• _WORK REQUEST_: Set down each line from the start of the material exactly, please, up to and including the one that contains "v 50.8 30.48 0".

• _DATA_:
╔══

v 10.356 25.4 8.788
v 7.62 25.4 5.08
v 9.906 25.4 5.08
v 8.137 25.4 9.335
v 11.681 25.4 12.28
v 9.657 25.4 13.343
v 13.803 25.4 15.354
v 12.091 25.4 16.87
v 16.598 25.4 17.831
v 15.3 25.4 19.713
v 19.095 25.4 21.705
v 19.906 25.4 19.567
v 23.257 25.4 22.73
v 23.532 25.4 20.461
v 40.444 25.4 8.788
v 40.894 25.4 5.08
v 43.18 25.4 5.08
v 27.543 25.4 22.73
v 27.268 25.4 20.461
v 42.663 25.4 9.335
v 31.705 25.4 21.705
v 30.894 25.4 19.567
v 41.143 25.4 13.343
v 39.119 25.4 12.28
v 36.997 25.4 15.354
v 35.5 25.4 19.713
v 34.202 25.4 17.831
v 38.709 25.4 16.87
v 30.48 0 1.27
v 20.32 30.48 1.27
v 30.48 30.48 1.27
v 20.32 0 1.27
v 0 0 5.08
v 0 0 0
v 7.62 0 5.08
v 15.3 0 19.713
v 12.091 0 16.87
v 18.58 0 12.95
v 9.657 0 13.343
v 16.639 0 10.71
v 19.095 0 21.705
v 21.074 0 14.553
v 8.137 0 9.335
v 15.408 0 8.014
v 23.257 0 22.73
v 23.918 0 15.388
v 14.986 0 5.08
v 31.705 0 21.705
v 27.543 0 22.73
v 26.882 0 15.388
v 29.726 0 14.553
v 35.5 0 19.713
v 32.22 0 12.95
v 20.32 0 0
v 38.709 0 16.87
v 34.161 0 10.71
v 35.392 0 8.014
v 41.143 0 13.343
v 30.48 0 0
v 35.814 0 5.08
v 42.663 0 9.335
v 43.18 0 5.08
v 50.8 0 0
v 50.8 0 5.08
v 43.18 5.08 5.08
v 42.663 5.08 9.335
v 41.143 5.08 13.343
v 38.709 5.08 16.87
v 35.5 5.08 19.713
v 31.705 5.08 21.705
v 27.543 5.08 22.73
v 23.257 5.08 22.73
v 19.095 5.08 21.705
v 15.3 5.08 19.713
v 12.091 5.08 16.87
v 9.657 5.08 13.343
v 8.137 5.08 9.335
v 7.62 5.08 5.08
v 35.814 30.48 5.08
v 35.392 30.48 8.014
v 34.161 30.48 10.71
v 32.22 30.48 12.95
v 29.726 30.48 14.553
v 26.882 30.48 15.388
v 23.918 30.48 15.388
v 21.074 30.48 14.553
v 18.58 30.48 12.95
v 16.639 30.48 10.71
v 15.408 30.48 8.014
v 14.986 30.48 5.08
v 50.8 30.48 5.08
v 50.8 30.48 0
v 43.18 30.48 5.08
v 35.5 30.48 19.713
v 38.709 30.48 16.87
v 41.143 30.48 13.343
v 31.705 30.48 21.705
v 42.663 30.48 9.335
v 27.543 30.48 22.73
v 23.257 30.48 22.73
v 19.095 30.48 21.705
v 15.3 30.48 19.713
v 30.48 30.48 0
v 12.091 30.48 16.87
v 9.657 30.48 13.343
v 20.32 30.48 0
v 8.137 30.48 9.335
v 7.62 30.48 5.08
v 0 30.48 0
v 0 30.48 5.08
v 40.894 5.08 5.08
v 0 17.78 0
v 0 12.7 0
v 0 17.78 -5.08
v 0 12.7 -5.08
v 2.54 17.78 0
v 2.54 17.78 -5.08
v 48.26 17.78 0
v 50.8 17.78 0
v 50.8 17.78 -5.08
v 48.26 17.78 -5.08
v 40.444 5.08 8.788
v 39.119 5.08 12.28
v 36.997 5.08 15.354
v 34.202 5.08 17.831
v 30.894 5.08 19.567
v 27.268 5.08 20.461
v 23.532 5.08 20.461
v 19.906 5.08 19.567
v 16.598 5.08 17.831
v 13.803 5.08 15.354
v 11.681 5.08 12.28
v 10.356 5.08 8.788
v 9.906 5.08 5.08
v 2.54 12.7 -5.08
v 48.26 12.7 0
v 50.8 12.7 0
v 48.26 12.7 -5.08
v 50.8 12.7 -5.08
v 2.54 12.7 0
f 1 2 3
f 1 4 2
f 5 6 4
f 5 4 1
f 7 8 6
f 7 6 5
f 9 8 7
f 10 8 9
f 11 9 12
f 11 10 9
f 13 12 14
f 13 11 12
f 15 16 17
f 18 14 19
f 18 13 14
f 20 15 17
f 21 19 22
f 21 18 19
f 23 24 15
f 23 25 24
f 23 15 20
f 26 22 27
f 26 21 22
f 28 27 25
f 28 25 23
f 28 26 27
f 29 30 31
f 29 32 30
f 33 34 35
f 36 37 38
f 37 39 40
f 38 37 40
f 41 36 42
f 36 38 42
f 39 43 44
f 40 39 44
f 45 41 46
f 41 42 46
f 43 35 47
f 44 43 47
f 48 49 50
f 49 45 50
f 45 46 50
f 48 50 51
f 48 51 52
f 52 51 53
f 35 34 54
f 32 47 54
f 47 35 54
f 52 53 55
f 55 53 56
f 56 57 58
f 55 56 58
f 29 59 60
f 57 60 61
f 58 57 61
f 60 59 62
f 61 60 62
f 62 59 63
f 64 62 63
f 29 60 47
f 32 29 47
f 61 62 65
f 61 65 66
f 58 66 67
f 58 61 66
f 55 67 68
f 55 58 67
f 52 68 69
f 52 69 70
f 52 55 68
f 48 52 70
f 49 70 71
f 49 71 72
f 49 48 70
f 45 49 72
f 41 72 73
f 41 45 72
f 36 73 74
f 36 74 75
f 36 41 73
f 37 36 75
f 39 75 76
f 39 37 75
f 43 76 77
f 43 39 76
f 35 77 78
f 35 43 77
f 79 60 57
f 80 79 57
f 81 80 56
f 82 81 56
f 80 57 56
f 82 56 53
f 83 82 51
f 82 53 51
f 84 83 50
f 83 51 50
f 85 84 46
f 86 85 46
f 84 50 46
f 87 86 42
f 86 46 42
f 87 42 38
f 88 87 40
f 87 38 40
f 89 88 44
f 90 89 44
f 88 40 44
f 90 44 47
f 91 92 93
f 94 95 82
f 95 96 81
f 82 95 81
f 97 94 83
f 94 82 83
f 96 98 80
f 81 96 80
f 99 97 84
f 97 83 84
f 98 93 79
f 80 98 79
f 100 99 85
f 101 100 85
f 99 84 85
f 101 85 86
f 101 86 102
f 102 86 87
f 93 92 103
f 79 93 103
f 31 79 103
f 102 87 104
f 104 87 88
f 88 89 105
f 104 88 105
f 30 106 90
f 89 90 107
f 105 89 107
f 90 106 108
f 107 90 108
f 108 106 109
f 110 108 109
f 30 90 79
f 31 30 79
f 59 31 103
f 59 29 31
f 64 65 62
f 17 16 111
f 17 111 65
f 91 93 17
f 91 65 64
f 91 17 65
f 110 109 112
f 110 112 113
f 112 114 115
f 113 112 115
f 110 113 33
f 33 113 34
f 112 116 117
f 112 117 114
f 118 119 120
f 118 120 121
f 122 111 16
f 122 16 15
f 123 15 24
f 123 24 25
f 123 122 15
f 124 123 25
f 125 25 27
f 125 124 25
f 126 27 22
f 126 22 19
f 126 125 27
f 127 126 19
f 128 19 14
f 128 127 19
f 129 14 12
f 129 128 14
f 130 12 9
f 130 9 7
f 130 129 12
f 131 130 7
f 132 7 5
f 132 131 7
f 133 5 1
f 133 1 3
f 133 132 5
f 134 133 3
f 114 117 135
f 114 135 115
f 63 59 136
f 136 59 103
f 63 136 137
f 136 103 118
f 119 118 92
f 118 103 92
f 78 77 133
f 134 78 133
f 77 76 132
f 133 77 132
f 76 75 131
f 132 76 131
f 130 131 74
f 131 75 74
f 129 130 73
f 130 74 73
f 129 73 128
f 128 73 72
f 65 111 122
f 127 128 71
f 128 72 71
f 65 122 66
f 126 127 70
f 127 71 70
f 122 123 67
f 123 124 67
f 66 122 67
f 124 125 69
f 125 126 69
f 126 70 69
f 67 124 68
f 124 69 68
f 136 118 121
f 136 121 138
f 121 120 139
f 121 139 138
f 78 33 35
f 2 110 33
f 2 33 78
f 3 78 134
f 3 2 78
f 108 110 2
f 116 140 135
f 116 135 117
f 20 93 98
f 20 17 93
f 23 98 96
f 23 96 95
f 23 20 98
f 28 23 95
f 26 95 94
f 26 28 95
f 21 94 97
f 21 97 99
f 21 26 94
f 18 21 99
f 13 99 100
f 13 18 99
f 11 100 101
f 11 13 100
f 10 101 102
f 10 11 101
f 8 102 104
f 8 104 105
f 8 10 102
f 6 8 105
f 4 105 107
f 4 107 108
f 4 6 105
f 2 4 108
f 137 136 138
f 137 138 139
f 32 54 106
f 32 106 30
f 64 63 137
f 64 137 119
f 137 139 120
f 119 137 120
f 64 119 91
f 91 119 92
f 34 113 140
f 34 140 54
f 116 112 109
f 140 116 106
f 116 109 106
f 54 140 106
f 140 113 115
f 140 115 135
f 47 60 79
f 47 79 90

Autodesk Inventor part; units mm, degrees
ref_plane "YZ Plane" through (0, 0, 0) normal (1, 0, 0) x (0, 1, 0)
ref_plane "XZ Plane" through (0, 0, 0) normal (0, 1, 0) x (-1, 0, 0)
ref_plane "XY Plane" through (0, 0, 0) normal (0, 0, 1) x (1, 0, 0)
sketch "base_sketch" plane through (0, 0, 0) normal (0, 0, 1) x (1, 0, 0)
  line L0 (0, 0) -> (50.8, 0)
  line L1 (50.8, 0) -> (50.8, 30.48)
  line L2 (50.8, 30.48) -> (0, 30.48)
  line L3 (0, 30.48) -> (0, 0)
  dimension "d0" = 50.8
  dimension "d1" = 30.48
extrude "base_extrusion" add sketch "base_sketch" along normal blind 5.08
sketch "moon_sketch" plane through (0, 0, 5.08) normal (0, 0, 1) x (1, 0, 0)
  line L0 (0, 30.48) -> (0, 0) projected
  line L1 (0, 15.24) -> (25.4, 15.24) construction
  line L2 (25.4, 15.24) -> (50.8, 15.24) construction
  line L3 (25.4, 30.48) -> (25.4, 15.24)
  line L4 (0, 0) -> (50.8, 0) projected
  line L5 (25.4, 0) -> (25.4, 15.24)
  line L6 (50.8, 30.48) -> (0, 30.48) projected
  line L7 (25.4, 30.48) -> (43.18, 30.48)
  line L8 (43.18, 30.48) -> (43.18, 25.4)
  line L9 (43.18, 25.4) -> (40.894, 25.4)
  line L10 (40.894, 25.4) -> (40.894, 5.08)
  line L11 (40.894, 5.08) -> (43.18, 5.08)
  line L12 (43.18, 5.08) -> (43.18, 0)
  dimension "d4" = 17.78
  dimension "d5" = 5.08
  dimension "d6" = 2.286
revolve "moon_revolution" add sketch "moon_sketch" angle 180 about axis through (25.4, 30.48, 5.08) along (0, -1, 0) contours L6 L8 L9 L10 L11 L12 L4 L5 L3
sketch "cutout_sketch" plane through (0, 0, 0) normal (0, -1, 0) x (1, 0, 0)
  line L0 (43.18, 5.08) -> (7.62, 5.08)
  line L1 (42.8625, 5.08) -> (46.0375, 5.08) projected
  arc A0 (40.894, 5.08) -> (9.906, 5.08) centre (25.4, 5.08) ccw projected
  circle A1 centre (25.4, 5.08) radius 10.414
  line L2 (35.814, 5.08) -> (14.986, 5.08)
  point P0 (0, 0)
  point P1 (53.594, 5.08)
  point P2 (-2.794, 5.08)
  dimension "d16" = 5.08
extrude "cutout_extrusion" cut sketch "cutout_sketch" against normal up to next contours L0 A1 picked at (24.9454, 10.8279)
sketch "peg_sketch" plane through (0, 0, 0) normal (0, 0, -1) x (-1, 0, 0)
  line L0 (-50.8, 17.78) -> (-48.26, 17.78)
  line L1 (-48.26, 17.78) -> (-48.26, 12.7)
  line L2 (-48.26, 12.7) -> (-50.8, 12.7)
  line L3 (-50.8, 0) -> (-50.8, 30.48) projected
  line L4 (-50.8, 0) -> (-50.8, 12.7) construction
  line L5 (-50.8, 30.48) -> (-50.8, 17.78) construction
  line L6 (-50.8, 17.78) -> (-50.8, 12.7)
  line L7 (-2.54, 17.78) -> (0, 17.78)
  line L8 (0, 17.78) -> (0, 12.7)
  line L9 (0, 12.7) -> (-2.54, 12.7)
  line L10 (-2.54, 12.7) -> (-2.54, 17.78)
  line L11 (0, 30.48) -> (0, 17.78) construction
  line L12 (0, 12.7) -> (0, 0) construction
  line L13 (0, 30.48) -> (0, 0) construction
  dimension "d19" = 5.08
  dimension "d20" = 2.54
  dimension "d21" = 5.08
  dimension "d22" = 2.54
extrude "peg_extrusion" add sketch "peg_sketch" along normal blind 5.08
sketch "rivet_groove_sketch" plane through (0, 0, 0) normal (0, -1, 0) x (1, 0, 0)
  line L0 (20.32, 1.27) -> (30.48, 1.27)
  line L1 (30.48, 1.27) -> (30.48, 0)
  line L2 (30.48, 0) -> (20.32, 0)
  line L3 (20.32, 0) -> (20.32, 1.27)
  line L4 (50.8, 0) -> (30.48, 0) construction
  line L5 (0, 0) -> (20.32, 0) construction
  line L6 (50.8, 0) -> (50.8, 5.08) projected
  line L7 (0, 0) -> (50.8, 0) projected
  dimension "d25" = 10.16
  dimension "d26" = 1.27
extrude "rivet_groove_extrusion" cut sketch "rivet_groove_sketch" against normal up to next
equation "\"d0\" = hm_base_length"
equation "\"d1\" = hm_base_width"
equation "\"d2\" = hm_base_height"
equation "\"d4\" = hm_moon_flange_radius"
equation "\"d5\" = hm_moon_flange_width"
equation "\"d6\" = hm_moon_channel_offset"
equation "\"d16\" = hm_moon_thickness"
equation "\"d19\" = hm_peg_length"
equation "\"d20\" = hm_peg_width"
equation "\"d21\" = hm_peg_length"
equation "\"d22\" = hm_peg_width"
equation "\"d23\" = hm_peg_height"
equation "\"d25\" = hm_rivet_groove_width"
equation "\"d26\" = hm_rivet_groove_height"
equation "\"d27\" = hm_peg_height"
equation "\"hm_base_width\" = 30.48"
equation "\"hm_base_length\" = 50.8"
equation "\"hm_moon_flange_radius\" = 17.78"
equation "\"hm_moon_channel_offset\" = 2.286"
equation "\"hm_moon_flange_width\" = 5.08"
equation "\"hm_moon_thickness\" = 5.08"
equation "\"hm_peg_width\" = 2.54"
equation "\"hm_peg_length\" = 5.08"
equation "\"hm_base_height\" = 5.08"
equation "\"hm_peg_height\" = 5.08"
equation "\"hm_rivet_groove_width\" = 10.16"
equation "\"hm_rivet_groove_height\" = 1.27"
properties part number "half_moon(hm)" material "ABS Plastic"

╚══

• _SOLUTION BELOW_:
v 10.356 25.4 8.788
v 7.62 25.4 5.08
v 9.906 25.4 5.08
v 8.137 25.4 9.335
v 11.681 25.4 12.28
v 9.657 25.4 13.343
v 13.803 25.4 15.354
v 12.091 25.4 16.87
v 16.598 25.4 17.831
v 15.3 25.4 19.713
v 19.095 25.4 21.705
v 19.906 25.4 19.567
v 23.257 25.4 22.73
v 23.532 25.4 20.461
v 40.444 25.4 8.788
v 40.894 25.4 5.08
v 43.18 25.4 5.08
v 27.543 25.4 22.73
v 27.268 25.4 20.461
v 42.663 25.4 9.335
v 31.705 25.4 21.705
v 30.894 25.4 19.567
v 41.143 25.4 13.343
v 39.119 25.4 12.28
v 36.997 25.4 15.354
v 35.5 25.4 19.713
v 34.202 25.4 17.831
v 38.709 25.4 16.87
v 30.48 0 1.27
v 20.32 30.48 1.27
v 30.48 30.48 1.27
v 20.32 0 1.27
v 0 0 5.08
v 0 0 0
v 7.62 0 5.08
v 15.3 0 19.713
v 12.091 0 16.87
v 18.58 0 12.95
v 9.657 0 13.343
v 16.639 0 10.71
v 19.095 0 21.705
v 21.074 0 14.553
v 8.137 0 9.335
v 15.408 0 8.014
v 23.257 0 22.73
v 23.918 0 15.388
v 14.986 0 5.08
v 31.705 0 21.705
v 27.543 0 22.73
v 26.882 0 15.388
v 29.726 0 14.553
v 35.5 0 19.713
v 32.22 0 12.95
v 20.32 0 0
v 38.709 0 16.87
v 34.161 0 10.71
v 35.392 0 8.014
v 41.143 0 13.343
v 30.48 0 0
v 35.814 0 5.08
v 42.663 0 9.335
v 43.18 0 5.08
v 50.8 0 0
v 50.8 0 5.08
v 43.18 5.08 5.08
v 42.663 5.08 9.335
v 41.143 5.08 13.343
v 38.709 5.08 16.87
v 35.5 5.08 19.713
v 31.705 5.08 21.705
v 27.543 5.08 22.73
v 23.257 5.08 22.73
v 19.095 5.08 21.705
v 15.3 5.08 19.713
v 12.091 5.08 16.87
v 9.657 5.08 13.343
v 8.137 5.08 9.335
v 7.62 5.08 5.08
v 35.814 30.48 5.08
v 35.392 30.48 8.014
v 34.161 30.48 10.71
v 32.22 30.48 12.95
v 29.726 30.48 14.553
v 26.882 30.48 15.388
v 23.918 30.48 15.388
v 21.074 30.48 14.553
v 18.58 30.48 12.95
v 16.639 30.48 10.71
v 15.408 30.48 8.014
v 14.986 30.48 5.08
v 50.8 30.48 5.08
v 50.8 30.48 0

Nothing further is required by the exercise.